- [Exercise objective]: Instruction for the entries that follow: retype exactly the lines from the line with "ThreePointArc((6.5, 1.3), (9.2, 4), (6.5, 6.7))" to the line with "# FreeCAD 1.0 macro for this part", both included, and omit all others.
>>>
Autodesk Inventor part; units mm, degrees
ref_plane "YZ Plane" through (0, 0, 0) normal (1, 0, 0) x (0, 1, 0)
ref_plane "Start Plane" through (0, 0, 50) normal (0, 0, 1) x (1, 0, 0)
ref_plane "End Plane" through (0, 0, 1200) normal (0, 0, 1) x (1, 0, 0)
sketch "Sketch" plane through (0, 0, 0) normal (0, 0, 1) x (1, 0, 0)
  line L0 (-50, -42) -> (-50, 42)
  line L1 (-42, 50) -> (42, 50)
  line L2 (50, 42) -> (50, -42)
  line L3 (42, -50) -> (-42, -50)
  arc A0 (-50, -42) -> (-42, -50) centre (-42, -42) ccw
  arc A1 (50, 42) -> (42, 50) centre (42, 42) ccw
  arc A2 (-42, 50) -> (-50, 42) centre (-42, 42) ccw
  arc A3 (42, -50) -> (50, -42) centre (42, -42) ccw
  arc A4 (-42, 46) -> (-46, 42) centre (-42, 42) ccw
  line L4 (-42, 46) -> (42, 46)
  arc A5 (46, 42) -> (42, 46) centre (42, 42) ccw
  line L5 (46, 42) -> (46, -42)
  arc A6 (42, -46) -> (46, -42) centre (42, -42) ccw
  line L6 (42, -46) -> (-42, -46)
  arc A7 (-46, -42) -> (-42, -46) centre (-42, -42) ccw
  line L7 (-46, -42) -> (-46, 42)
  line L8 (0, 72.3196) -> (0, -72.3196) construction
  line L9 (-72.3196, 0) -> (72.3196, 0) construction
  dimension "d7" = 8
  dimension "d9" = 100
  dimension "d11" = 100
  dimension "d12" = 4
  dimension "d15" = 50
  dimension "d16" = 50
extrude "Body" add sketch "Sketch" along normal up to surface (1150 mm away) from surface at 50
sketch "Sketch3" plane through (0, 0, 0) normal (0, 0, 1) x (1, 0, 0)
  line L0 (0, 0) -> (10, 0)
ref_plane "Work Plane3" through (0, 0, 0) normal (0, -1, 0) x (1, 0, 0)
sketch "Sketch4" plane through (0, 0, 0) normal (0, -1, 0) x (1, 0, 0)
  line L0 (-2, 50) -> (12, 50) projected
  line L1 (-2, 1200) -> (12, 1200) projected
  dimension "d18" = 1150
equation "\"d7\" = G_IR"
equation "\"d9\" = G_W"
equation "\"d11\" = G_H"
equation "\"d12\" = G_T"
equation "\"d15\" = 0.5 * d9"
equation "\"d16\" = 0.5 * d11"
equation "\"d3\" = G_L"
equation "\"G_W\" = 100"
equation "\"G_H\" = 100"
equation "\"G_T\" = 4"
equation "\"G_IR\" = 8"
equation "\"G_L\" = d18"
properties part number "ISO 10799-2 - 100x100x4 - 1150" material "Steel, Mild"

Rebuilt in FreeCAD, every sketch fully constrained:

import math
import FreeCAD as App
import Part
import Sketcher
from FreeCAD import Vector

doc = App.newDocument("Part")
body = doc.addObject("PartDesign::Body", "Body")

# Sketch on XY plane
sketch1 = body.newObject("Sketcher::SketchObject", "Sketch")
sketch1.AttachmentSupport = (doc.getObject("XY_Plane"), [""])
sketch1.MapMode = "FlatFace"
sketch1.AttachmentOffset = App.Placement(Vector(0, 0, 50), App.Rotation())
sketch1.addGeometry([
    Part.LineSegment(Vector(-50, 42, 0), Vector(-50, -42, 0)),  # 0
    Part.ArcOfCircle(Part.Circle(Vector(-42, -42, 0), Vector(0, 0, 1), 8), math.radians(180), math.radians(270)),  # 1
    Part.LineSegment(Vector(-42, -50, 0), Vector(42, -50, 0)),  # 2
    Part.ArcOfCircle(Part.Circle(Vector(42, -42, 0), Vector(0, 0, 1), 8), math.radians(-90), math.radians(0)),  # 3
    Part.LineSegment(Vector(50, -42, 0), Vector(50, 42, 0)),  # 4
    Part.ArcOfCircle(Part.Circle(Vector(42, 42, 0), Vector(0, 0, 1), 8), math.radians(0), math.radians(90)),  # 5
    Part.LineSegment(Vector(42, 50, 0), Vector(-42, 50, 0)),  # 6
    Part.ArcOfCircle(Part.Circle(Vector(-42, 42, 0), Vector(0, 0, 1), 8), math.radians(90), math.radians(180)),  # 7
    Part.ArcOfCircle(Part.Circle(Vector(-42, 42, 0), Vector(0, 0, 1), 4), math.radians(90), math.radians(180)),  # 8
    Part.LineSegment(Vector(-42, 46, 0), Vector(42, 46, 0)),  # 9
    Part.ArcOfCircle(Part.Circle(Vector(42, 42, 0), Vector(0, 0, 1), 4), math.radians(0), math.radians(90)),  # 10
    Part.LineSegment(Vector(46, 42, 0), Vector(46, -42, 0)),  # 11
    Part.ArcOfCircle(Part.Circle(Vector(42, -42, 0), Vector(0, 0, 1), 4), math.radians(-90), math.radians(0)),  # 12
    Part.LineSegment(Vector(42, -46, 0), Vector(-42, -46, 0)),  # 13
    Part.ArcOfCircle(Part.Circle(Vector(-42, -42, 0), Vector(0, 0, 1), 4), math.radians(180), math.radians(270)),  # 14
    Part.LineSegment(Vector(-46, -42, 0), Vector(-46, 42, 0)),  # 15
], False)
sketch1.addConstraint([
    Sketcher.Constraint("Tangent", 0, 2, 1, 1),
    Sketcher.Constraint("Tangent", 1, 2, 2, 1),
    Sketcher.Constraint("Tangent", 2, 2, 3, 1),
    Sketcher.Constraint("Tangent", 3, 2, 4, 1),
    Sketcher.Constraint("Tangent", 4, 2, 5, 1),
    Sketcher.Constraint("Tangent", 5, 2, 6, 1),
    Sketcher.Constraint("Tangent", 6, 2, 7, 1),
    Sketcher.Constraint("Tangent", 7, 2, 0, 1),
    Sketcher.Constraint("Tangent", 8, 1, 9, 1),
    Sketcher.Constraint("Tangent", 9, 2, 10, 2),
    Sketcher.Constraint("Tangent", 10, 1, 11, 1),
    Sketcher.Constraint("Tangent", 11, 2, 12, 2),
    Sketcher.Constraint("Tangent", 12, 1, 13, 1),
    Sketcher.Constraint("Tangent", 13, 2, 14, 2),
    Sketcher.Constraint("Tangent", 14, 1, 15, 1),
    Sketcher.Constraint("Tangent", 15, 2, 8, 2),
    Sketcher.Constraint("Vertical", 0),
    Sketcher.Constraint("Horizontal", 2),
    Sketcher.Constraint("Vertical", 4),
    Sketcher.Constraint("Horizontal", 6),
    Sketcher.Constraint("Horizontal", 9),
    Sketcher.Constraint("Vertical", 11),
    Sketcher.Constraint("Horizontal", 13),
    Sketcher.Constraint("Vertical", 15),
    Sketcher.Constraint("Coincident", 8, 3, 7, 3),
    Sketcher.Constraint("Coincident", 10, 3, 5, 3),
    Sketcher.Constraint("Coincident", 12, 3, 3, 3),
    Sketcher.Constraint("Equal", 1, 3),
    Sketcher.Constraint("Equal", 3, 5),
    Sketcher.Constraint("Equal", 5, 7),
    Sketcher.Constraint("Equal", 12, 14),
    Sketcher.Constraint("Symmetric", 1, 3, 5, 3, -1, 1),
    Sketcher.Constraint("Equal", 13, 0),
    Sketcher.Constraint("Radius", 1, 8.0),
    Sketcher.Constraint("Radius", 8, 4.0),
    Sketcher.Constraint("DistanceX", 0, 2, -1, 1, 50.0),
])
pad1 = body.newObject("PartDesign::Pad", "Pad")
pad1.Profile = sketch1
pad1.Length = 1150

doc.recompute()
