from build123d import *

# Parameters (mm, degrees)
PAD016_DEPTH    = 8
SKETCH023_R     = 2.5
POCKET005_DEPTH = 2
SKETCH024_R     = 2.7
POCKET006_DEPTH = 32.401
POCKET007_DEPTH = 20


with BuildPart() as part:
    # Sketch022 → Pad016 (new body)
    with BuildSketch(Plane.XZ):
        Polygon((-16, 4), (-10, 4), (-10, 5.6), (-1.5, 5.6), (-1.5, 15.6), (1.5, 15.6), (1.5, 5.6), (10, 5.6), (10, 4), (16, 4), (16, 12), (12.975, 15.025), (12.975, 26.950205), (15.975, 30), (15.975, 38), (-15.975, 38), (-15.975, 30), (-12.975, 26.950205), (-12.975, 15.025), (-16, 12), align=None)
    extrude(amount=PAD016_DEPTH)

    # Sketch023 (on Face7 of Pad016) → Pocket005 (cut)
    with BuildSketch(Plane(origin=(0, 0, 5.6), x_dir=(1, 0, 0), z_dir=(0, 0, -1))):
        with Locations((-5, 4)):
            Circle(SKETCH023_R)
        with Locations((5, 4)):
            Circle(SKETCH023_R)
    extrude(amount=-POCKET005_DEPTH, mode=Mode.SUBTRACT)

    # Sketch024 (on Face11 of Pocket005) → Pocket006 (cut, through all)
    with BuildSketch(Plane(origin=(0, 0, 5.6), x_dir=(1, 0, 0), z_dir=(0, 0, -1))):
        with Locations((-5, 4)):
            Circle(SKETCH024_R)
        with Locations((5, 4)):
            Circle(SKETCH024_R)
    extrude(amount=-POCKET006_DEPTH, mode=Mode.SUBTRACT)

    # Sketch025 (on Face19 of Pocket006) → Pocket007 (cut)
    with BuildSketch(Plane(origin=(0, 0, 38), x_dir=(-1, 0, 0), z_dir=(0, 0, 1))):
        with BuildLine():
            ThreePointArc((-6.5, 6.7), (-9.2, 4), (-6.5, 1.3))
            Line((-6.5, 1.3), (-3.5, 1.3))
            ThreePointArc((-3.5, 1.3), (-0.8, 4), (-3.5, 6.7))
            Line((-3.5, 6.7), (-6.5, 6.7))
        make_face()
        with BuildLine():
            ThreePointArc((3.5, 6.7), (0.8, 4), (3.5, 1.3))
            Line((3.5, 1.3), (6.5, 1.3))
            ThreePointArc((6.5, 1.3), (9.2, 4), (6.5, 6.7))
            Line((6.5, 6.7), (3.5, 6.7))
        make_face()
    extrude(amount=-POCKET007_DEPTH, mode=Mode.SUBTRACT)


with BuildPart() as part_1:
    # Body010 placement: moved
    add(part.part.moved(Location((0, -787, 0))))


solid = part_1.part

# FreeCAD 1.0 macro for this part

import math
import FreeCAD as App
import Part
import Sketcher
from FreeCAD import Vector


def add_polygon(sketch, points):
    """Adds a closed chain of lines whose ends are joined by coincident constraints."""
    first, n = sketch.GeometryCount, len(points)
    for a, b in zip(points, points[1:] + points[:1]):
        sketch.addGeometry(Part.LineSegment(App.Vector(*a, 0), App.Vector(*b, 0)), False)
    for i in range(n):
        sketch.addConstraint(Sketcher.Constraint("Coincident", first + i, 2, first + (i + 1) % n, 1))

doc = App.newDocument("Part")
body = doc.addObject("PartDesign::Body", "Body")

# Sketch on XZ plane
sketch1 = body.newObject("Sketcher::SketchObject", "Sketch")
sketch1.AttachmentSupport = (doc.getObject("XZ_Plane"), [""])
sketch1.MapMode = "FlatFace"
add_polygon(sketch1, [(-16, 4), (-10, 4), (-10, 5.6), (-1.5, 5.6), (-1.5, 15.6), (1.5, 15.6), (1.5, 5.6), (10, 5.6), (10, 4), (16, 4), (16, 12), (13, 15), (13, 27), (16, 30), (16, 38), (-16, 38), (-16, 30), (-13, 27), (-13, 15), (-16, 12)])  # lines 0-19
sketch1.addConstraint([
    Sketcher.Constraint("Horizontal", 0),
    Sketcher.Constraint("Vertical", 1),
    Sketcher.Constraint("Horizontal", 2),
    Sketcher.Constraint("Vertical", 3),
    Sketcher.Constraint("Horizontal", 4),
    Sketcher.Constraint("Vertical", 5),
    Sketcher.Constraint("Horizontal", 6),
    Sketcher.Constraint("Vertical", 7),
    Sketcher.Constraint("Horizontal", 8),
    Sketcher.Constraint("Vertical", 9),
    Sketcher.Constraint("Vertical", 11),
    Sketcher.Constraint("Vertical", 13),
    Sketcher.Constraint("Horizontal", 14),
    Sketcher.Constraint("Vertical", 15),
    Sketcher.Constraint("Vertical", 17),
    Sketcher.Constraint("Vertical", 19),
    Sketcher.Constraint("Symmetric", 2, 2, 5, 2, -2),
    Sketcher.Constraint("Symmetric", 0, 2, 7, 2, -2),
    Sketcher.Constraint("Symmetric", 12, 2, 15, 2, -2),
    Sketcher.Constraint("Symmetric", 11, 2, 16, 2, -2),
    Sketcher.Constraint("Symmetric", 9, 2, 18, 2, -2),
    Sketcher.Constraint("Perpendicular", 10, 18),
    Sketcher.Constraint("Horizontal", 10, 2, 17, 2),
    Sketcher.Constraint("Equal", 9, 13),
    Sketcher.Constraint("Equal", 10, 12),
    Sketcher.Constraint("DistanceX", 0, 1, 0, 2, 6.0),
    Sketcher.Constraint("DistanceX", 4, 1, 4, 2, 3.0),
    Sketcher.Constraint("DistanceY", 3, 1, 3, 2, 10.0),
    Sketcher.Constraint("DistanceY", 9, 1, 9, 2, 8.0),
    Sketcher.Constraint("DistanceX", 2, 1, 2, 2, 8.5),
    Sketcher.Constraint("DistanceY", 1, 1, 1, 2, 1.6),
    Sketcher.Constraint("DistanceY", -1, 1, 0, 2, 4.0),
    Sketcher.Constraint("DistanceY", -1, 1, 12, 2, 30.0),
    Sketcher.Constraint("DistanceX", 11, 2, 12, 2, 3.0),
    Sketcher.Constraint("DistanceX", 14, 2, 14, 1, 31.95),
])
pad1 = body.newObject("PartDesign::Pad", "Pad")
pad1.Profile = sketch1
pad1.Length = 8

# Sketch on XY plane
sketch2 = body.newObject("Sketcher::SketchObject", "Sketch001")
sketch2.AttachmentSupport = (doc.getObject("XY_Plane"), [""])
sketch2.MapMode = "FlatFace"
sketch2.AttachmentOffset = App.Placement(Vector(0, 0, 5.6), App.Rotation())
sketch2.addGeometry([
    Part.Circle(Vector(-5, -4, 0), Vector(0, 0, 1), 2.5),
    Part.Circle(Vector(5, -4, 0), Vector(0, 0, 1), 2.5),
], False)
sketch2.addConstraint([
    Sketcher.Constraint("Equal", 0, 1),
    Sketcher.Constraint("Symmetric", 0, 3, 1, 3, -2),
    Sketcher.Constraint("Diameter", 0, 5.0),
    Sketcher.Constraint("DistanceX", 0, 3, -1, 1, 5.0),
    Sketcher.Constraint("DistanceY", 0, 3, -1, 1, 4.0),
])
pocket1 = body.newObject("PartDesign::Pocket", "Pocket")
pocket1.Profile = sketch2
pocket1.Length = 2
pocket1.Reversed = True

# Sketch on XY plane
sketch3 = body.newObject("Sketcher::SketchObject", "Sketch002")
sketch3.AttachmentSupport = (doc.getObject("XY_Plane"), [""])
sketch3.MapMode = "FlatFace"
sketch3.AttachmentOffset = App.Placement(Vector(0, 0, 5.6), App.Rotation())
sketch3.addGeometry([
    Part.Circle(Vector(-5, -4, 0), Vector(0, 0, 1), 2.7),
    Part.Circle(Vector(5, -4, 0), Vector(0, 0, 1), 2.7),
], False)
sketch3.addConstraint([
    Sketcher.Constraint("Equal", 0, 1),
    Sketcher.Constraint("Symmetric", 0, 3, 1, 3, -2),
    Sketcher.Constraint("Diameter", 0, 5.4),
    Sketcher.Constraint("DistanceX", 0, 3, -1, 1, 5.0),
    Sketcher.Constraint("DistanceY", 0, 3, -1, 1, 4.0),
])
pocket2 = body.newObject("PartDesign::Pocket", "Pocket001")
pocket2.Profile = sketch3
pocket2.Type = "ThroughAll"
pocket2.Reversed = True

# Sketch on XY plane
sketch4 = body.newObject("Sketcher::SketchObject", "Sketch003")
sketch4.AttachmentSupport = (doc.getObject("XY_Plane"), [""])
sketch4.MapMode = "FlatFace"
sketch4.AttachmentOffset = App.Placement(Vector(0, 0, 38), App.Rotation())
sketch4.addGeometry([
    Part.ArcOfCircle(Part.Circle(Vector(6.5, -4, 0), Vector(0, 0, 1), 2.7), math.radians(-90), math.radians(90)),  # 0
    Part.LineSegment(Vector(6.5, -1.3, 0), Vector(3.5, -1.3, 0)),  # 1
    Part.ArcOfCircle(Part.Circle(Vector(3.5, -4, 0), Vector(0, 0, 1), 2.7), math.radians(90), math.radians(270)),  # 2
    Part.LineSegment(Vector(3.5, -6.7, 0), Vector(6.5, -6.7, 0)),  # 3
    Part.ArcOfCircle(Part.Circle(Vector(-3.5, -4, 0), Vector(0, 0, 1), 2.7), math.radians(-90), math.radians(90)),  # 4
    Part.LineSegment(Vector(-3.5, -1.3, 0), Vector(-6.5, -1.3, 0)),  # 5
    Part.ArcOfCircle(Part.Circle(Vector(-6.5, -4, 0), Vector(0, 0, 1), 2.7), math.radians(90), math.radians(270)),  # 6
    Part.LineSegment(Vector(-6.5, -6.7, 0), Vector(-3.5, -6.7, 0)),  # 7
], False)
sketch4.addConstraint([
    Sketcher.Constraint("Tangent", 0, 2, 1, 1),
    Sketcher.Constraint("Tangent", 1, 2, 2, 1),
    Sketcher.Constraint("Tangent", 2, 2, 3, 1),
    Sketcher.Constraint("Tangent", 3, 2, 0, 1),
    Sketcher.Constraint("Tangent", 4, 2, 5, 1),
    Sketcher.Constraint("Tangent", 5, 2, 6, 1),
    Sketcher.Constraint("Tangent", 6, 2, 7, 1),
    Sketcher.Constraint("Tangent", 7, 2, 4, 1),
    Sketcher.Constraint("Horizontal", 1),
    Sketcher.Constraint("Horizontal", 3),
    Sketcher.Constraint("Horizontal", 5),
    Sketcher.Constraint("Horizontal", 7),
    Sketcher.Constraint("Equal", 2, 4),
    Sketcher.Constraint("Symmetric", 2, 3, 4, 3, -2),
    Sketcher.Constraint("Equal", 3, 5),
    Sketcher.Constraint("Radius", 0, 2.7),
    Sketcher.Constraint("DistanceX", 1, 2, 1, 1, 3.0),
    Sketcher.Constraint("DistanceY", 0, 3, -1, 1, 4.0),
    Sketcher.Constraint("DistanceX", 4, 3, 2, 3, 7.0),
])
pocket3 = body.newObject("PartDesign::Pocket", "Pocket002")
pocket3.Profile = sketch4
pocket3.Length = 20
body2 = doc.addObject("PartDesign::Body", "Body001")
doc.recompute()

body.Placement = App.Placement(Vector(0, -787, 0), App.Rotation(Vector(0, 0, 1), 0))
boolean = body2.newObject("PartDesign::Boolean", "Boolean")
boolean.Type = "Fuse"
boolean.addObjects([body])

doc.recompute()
<<<
- [Solution to this exercise]:
            ThreePointArc((6.5, 1.3), (9.2, 4), (6.5, 6.7))
            Line((6.5, 6.7), (3.5, 6.7))
        make_face()
    extrude(amount=-POCKET007_DEPTH, mode=Mode.SUBTRACT)


with BuildPart() as part_1:
    # Body010 placement: moved
    add(part.part.moved(Location((0, -787, 0))))


solid = part_1.part

# FreeCAD 1.0 macro for this part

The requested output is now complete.